The computer has become a powerful tool for fast and economical production of pictures and images. Computer graphics remain one of the rapidly growing and most exciting fields today. An old Chinese saying states that ‘One picture is worth a thousand words’, could be modified in today’s computer era as ‘One picture is worth many kilobytes of data’. It’s natural to expect graphical communication often would be more convenient when computers are used for this purpose. Computer graphics has revolutionized nearly every computer-based app in technology and science.
Saying that computer graphics matter is an understatement. Actually, they have become an integral part of any computer-based device, from smart phones to server machines, which include smart TV’s, which in a way could be considered today as computer-based hardware. The demand for high quality, intensive graphics is unabated, covering all field of app, from medical imaging to entertainment and everything in between. Definitely, image is everywhere. Whatever the quality of the music is, it is difficult to imagine a pop song to sell and be successful without a great video to go with it.
Today, it may seem natural that CG software or custom software development and GUIs empower digital creativity. In fact, they were to a great extent a result of the software development’s attempt to automate design and manufacturing. The US, in the early 80’s were threatened about losing its global economic power. The way it found a way to overcome the threat was to envision software as a tool to lower costs in manufacturing, via automating parts of it. The CAD software was in huge demand, mainly as a way of reducing manufacturing costs as well as to boost US competitiveness.
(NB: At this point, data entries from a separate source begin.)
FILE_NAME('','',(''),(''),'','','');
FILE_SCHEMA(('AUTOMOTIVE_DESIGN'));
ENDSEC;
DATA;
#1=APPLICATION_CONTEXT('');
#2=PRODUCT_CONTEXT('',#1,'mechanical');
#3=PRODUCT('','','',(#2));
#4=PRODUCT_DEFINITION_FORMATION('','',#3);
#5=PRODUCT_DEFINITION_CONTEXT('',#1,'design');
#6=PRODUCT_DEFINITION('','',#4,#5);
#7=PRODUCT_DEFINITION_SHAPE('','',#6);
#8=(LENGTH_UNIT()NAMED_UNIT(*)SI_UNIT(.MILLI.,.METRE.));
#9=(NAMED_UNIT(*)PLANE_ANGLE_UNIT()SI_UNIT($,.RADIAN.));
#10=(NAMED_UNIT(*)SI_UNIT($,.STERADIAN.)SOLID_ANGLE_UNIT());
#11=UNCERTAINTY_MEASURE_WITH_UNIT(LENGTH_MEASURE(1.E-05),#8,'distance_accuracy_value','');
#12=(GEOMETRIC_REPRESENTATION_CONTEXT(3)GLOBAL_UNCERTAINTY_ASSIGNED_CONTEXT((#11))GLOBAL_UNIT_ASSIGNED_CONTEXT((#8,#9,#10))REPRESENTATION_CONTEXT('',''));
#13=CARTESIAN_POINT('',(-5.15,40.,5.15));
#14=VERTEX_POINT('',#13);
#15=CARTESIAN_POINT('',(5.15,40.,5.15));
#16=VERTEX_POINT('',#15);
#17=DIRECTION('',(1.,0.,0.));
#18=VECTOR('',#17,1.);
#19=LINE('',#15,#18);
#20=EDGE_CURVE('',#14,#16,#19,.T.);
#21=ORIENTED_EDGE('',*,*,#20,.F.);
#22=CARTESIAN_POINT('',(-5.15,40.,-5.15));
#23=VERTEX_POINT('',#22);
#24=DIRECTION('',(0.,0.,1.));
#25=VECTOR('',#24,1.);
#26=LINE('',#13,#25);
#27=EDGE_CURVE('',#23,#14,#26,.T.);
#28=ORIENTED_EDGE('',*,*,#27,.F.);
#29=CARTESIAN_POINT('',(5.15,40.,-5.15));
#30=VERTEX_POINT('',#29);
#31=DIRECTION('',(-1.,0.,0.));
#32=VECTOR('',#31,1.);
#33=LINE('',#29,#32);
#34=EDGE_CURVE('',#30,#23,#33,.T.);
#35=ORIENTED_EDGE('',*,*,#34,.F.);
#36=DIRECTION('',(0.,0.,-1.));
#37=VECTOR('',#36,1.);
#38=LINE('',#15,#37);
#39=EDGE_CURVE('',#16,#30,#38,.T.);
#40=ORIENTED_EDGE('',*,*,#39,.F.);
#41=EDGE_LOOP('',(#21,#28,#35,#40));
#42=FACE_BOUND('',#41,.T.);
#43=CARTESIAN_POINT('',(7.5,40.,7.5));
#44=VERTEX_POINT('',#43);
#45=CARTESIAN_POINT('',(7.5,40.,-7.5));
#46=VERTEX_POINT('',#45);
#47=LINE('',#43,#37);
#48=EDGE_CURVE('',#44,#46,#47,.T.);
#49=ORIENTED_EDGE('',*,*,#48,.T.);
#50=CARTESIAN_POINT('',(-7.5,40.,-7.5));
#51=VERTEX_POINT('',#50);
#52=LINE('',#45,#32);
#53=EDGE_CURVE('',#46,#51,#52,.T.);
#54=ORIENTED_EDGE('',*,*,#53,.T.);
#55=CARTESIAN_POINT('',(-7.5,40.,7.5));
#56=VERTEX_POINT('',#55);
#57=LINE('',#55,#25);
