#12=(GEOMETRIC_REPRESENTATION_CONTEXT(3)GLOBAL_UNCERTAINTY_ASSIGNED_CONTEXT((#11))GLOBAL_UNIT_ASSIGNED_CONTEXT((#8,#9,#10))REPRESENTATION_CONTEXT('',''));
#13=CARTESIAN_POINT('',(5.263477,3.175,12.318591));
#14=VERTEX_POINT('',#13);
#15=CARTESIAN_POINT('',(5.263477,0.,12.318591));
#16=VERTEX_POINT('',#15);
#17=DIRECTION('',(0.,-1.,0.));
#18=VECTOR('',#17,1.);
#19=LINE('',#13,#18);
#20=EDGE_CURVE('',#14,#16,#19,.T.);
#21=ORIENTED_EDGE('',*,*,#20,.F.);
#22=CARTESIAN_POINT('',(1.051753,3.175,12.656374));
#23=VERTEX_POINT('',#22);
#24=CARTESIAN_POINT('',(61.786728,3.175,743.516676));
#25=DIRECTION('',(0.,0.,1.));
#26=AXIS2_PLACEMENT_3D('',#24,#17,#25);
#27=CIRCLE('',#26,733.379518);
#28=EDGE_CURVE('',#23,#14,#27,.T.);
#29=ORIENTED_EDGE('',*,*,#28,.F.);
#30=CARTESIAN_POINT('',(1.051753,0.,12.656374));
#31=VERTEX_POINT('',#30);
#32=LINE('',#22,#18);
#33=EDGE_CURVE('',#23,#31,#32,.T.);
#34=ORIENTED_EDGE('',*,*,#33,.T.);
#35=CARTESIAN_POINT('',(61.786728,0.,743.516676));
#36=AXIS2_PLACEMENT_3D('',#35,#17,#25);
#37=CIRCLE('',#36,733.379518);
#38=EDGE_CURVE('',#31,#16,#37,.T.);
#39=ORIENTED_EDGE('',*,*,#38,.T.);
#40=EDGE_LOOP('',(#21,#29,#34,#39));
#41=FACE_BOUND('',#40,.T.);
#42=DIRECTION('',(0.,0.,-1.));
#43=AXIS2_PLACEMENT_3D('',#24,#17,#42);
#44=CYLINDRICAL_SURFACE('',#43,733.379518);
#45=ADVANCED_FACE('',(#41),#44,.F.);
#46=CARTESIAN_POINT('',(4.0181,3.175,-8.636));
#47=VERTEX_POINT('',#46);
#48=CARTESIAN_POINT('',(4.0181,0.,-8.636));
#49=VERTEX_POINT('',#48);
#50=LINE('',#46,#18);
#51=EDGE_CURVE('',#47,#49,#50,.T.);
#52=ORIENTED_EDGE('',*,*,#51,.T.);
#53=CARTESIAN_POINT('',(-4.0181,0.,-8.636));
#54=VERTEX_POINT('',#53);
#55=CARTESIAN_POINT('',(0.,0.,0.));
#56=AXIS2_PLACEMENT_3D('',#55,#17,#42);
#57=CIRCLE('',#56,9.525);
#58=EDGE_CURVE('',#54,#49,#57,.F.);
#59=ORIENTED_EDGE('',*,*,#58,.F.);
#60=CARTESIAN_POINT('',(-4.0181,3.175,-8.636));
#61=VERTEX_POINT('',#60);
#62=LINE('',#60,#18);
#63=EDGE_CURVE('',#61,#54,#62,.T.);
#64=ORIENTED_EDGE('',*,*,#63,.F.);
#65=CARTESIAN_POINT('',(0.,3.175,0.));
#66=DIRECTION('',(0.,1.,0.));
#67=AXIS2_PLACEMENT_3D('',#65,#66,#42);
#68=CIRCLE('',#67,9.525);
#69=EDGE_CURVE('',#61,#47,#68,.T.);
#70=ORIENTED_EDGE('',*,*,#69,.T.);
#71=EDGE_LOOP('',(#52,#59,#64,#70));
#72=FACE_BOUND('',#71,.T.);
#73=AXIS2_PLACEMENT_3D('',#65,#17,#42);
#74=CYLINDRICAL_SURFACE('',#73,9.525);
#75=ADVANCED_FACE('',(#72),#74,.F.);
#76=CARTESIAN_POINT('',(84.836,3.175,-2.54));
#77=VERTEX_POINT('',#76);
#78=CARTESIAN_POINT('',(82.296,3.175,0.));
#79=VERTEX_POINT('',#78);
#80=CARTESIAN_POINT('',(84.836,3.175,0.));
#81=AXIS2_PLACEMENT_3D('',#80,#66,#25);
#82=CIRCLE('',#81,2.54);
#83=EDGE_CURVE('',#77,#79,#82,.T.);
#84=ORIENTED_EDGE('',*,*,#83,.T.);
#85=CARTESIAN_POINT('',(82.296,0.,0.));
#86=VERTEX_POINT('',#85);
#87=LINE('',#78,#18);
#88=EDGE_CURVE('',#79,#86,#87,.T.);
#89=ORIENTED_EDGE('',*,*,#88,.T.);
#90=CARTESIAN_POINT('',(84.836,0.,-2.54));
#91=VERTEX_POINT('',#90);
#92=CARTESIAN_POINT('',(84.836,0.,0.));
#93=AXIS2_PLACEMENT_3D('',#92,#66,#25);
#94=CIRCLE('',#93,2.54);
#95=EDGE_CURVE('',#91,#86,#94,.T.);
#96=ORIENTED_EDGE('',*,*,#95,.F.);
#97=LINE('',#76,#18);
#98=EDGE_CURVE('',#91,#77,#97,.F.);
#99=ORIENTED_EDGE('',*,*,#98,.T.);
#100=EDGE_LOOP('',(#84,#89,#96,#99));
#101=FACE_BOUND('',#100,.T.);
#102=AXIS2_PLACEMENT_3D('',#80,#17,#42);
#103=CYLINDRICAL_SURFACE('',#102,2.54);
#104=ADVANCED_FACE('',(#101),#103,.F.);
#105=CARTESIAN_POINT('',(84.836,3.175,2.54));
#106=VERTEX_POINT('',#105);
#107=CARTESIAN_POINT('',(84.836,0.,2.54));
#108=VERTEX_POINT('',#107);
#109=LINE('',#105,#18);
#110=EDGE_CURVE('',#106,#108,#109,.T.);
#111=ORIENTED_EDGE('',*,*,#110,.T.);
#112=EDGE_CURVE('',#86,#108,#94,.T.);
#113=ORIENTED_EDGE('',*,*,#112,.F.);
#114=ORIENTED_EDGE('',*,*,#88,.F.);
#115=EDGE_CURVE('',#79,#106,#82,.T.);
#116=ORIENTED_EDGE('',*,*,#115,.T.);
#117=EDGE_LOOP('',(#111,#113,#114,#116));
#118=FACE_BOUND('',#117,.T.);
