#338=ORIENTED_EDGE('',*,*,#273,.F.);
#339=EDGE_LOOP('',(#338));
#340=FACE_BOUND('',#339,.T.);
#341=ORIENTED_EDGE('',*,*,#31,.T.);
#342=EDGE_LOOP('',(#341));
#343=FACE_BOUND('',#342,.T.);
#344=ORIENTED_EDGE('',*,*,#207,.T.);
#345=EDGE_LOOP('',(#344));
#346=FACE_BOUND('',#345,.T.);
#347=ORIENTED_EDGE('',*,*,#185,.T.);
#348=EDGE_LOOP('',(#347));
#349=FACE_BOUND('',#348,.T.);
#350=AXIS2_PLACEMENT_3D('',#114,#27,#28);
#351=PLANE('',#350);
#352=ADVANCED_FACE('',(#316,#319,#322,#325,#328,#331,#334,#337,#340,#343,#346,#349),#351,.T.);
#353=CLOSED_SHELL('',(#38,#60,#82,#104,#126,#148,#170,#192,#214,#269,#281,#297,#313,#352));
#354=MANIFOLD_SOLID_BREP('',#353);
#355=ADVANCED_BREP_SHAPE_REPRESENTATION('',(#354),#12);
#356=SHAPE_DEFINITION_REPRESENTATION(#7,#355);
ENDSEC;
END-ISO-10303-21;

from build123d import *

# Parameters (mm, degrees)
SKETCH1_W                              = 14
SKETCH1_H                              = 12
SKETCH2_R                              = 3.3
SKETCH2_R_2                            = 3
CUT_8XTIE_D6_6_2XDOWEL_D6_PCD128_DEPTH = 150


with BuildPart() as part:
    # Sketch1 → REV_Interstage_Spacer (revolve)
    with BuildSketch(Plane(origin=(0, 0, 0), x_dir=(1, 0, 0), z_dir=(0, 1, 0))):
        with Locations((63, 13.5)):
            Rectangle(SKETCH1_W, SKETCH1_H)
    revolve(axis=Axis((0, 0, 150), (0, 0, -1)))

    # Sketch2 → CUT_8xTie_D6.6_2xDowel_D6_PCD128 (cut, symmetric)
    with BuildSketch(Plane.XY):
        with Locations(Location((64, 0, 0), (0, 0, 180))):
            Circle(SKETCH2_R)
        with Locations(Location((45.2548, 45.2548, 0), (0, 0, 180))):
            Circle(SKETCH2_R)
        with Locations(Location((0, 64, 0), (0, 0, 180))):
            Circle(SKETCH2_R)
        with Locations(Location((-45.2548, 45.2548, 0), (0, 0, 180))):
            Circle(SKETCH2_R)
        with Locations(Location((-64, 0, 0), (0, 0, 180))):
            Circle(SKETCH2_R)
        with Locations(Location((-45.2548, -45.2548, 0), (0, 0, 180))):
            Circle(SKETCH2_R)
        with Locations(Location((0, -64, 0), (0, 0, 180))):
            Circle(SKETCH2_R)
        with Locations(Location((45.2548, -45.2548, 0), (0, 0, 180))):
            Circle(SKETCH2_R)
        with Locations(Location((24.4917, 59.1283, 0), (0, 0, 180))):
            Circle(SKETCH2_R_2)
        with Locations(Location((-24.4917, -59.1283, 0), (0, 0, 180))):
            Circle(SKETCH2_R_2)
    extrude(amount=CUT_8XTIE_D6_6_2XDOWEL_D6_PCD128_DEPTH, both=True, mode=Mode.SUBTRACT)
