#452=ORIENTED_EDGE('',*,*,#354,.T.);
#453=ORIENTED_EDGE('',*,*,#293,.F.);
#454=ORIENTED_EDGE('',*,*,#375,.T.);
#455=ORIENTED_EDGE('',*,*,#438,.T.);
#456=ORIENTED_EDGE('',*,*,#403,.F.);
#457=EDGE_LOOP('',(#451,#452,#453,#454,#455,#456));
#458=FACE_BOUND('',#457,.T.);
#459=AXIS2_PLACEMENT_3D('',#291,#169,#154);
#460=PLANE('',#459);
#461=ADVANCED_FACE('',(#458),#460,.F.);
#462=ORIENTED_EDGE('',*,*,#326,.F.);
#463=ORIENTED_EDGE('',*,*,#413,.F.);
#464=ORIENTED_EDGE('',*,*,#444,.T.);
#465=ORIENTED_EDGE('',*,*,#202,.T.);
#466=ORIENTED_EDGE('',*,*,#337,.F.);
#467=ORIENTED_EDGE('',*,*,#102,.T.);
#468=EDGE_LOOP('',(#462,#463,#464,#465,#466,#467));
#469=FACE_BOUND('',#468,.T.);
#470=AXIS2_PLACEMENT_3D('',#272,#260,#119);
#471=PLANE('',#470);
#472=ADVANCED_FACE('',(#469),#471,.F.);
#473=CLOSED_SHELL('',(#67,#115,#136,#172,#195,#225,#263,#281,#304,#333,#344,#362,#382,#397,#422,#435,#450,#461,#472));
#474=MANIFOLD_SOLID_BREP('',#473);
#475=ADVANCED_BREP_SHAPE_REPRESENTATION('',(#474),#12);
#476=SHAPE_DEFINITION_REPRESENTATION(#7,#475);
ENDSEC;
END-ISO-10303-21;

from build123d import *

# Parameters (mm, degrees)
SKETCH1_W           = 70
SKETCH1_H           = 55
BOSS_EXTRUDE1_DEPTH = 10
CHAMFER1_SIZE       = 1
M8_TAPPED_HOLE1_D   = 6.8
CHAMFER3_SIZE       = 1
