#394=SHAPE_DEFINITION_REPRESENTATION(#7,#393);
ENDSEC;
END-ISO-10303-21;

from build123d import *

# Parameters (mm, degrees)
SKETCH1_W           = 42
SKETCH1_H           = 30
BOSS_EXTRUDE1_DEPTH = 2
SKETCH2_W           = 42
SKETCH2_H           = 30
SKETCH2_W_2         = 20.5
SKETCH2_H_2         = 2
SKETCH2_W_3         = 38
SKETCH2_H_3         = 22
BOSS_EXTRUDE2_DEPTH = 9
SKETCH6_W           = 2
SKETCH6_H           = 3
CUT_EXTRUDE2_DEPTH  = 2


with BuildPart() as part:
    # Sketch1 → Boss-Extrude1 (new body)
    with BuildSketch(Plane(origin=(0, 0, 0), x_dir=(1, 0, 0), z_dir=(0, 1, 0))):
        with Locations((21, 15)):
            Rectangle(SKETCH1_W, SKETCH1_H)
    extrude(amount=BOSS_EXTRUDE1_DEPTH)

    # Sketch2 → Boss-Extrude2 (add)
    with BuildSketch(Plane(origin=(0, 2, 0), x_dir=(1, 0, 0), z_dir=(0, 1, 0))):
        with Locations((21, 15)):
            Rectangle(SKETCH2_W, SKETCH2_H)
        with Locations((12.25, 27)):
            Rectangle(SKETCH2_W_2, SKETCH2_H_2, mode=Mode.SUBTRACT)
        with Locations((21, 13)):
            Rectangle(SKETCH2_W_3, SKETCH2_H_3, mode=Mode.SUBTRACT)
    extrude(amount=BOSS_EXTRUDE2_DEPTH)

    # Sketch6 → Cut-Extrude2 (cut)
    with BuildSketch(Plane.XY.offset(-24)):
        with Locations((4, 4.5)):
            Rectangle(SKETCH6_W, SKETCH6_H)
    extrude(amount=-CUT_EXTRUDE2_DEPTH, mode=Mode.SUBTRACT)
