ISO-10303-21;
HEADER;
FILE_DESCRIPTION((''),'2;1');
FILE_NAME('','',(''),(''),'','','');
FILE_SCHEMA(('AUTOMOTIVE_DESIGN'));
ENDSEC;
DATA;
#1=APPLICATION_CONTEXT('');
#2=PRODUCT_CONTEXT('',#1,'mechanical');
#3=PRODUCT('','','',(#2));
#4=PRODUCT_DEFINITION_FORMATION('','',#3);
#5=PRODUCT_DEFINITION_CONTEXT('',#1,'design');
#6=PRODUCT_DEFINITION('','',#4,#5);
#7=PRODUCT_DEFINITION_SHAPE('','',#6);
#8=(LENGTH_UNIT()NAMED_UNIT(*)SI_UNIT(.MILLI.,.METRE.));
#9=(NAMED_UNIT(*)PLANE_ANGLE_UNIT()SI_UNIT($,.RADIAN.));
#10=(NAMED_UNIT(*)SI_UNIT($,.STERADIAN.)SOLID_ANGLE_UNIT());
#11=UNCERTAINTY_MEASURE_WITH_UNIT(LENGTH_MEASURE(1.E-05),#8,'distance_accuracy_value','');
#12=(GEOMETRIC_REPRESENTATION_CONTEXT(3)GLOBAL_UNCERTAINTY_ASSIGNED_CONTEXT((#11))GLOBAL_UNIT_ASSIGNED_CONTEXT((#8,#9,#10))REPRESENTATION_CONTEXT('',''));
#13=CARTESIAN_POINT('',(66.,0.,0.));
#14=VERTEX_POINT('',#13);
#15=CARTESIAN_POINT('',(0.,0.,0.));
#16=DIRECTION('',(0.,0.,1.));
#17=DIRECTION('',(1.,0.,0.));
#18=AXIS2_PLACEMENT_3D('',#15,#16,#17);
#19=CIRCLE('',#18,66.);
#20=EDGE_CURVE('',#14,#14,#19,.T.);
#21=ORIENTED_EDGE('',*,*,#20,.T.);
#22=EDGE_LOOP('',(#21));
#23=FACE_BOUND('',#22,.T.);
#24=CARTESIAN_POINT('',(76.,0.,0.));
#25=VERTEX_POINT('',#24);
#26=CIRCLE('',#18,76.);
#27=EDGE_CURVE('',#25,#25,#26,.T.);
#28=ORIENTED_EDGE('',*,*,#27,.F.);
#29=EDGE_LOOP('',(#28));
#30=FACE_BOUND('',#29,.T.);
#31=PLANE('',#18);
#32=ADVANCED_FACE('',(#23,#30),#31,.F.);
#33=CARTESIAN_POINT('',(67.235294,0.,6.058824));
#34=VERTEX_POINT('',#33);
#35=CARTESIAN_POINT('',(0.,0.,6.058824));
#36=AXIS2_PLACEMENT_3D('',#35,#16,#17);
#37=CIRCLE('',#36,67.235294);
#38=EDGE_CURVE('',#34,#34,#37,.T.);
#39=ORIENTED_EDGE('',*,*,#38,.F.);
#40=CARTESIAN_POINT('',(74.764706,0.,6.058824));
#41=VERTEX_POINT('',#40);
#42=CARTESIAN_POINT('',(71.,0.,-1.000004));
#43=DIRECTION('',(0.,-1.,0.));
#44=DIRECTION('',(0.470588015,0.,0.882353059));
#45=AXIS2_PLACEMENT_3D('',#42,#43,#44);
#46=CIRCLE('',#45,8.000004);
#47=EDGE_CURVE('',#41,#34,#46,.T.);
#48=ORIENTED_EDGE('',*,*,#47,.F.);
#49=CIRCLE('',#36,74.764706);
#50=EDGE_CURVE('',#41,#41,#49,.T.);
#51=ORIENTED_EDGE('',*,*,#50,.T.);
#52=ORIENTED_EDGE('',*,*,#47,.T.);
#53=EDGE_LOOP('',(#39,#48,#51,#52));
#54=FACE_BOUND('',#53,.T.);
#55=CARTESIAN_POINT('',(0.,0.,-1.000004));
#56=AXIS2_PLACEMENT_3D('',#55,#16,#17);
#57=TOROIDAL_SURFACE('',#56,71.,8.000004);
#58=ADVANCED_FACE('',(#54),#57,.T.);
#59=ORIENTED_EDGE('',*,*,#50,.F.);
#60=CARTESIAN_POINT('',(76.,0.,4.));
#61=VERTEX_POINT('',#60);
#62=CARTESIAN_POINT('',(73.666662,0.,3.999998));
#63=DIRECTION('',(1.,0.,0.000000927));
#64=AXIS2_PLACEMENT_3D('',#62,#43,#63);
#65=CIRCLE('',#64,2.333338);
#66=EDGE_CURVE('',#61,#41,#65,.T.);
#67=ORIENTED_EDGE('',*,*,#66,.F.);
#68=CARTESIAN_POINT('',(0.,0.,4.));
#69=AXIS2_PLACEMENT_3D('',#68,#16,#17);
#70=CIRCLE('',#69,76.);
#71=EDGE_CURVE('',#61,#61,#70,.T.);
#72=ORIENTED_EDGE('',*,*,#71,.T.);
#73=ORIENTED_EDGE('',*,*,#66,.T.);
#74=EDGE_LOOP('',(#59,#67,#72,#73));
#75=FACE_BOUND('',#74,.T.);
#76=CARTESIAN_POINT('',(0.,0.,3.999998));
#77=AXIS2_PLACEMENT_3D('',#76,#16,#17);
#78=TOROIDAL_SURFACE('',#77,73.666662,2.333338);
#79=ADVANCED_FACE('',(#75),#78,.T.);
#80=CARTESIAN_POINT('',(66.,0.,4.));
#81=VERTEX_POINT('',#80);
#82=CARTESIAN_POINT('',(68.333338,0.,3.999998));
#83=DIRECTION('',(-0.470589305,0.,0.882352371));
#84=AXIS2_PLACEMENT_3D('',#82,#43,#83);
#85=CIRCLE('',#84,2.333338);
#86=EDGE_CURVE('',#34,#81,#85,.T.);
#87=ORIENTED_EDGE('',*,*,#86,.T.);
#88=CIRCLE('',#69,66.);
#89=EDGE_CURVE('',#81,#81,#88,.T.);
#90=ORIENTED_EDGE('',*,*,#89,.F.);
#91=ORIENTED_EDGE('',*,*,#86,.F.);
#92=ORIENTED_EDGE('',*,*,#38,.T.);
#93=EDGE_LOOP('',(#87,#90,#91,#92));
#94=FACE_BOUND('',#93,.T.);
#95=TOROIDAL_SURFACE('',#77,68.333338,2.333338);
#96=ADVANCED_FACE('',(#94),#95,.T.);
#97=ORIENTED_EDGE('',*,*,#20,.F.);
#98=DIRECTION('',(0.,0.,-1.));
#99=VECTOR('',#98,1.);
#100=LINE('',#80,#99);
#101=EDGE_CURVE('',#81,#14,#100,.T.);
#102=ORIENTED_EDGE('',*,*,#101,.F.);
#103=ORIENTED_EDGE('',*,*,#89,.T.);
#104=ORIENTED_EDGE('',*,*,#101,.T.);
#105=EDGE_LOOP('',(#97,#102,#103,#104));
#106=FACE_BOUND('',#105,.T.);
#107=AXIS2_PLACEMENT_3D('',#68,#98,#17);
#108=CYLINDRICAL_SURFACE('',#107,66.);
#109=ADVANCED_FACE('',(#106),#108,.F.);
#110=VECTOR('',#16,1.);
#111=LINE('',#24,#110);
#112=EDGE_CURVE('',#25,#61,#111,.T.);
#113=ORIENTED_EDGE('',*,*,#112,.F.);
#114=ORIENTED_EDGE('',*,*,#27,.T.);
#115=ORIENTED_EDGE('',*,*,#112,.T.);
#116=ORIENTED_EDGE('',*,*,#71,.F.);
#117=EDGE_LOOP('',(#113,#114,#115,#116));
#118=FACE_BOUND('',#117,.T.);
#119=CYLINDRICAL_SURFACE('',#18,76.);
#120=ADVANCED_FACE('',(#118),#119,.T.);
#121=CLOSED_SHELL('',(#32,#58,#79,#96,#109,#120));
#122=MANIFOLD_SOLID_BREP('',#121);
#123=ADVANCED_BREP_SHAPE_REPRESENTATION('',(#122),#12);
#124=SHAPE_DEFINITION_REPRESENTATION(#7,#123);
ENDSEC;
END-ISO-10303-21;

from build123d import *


with BuildPart() as part:
    # Sketch → Revolution (revolve)
    with BuildSketch(Plane.XZ):
        with BuildLine():
            Line((66, 0), (76, 0))
            Line((76, 0), (76, 4))
            ThreePointArc((76, 4), (75.667483, 5.20049), (74.764706, 6.058824))
            ThreePointArc((74.764706, 6.058824), (71, 7), (67.235294, 6.058824))
            ThreePointArc((67.235294, 6.058824), (66.332517, 5.20049), (66, 4))
            Line((66, 4), (66, 0))
        make_face()
    revolve(axis=Axis((0, 0, 0), (0, 0, 1)))


solid = part.part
It hastens up the development of algorithms for digital drawing and rendering. Moreover, this was also the moment in history wherein computer graphics transitioned from being part of scientific work to be widely available for non-coding users. The move required producers to lessen maintenance obligations and expenses through creating documentation, support services and software development tools that detached users from developers. While CAS was moving computer graphics away from science during the early 80’s and 90’s, the Hollywood industry experimented with renewing animation via new technology and bringing users to software development. Such experiments initially were however limited.
In the early 90’s, what Pixar and later on SONY, DreamWorks and Ghibi realized is that there was no way of renewing a visual medium without messing up technology and involving users and artists in the process. Even at the start, even if the general production process still resembles a factory that has hierarchical management, developing the vision of an artist and technology for every film go hand in hand. Historically, they tried downplaying the relevance of technological development in public opinion, since the industry wants people to believe that their offerings are created by artists who are exceptionally talented.
Now, this is changing with Pixar itself celebrating technology and the possibility of bringing together developers and artists through videos, such as the magic ingredient, which brings Pixar movies to life. But, the Hollywood industry does not make money out of technology, but out of content that it circulates and brands. Thus, there are software companies that develop CG software, but users are not able to experiment with the algorithms nor contact developers and experiment with alternative techno-art visions. At present, the Hollywood industry pushes further the development of CL algorithms and what could be accomplished with them without making the technology available, or sharing it only to a very limited degree. Recently, there have been signs that this could be changing, for instance Ghibli making their Toonz animation software available for users of Linux. So far however, sharing technology is still an exception.
Free software, such as Krita, Blender and Snfig and other projects for computer graphics gain relevance for various reasons that stretch beyond the four freedoms that free software provides. Free software enables mimicking of the models of work of Hollywood while making it accessible for more people. It encourages CG development that is practice-based, which could fit individual workflows and handle unexpected situations that could come up in the course of work, instead of aiming at a mass product for all users and circumstances. Catering to the needs and adaptations of the software to an individual brings users to work closer to craft and makes the technology more human. Individual skill and tools could be polished, reshaped and enhanced continuously, based on individual requirements, and instead of shaped by decisions ‘from above’. This sense of craft gets robust as artists get in direct contact with developers of their work tools. When they do so, users and artists being guiding technological development. Furthermore, software engineers could change into being servants, instead of masters of technological development.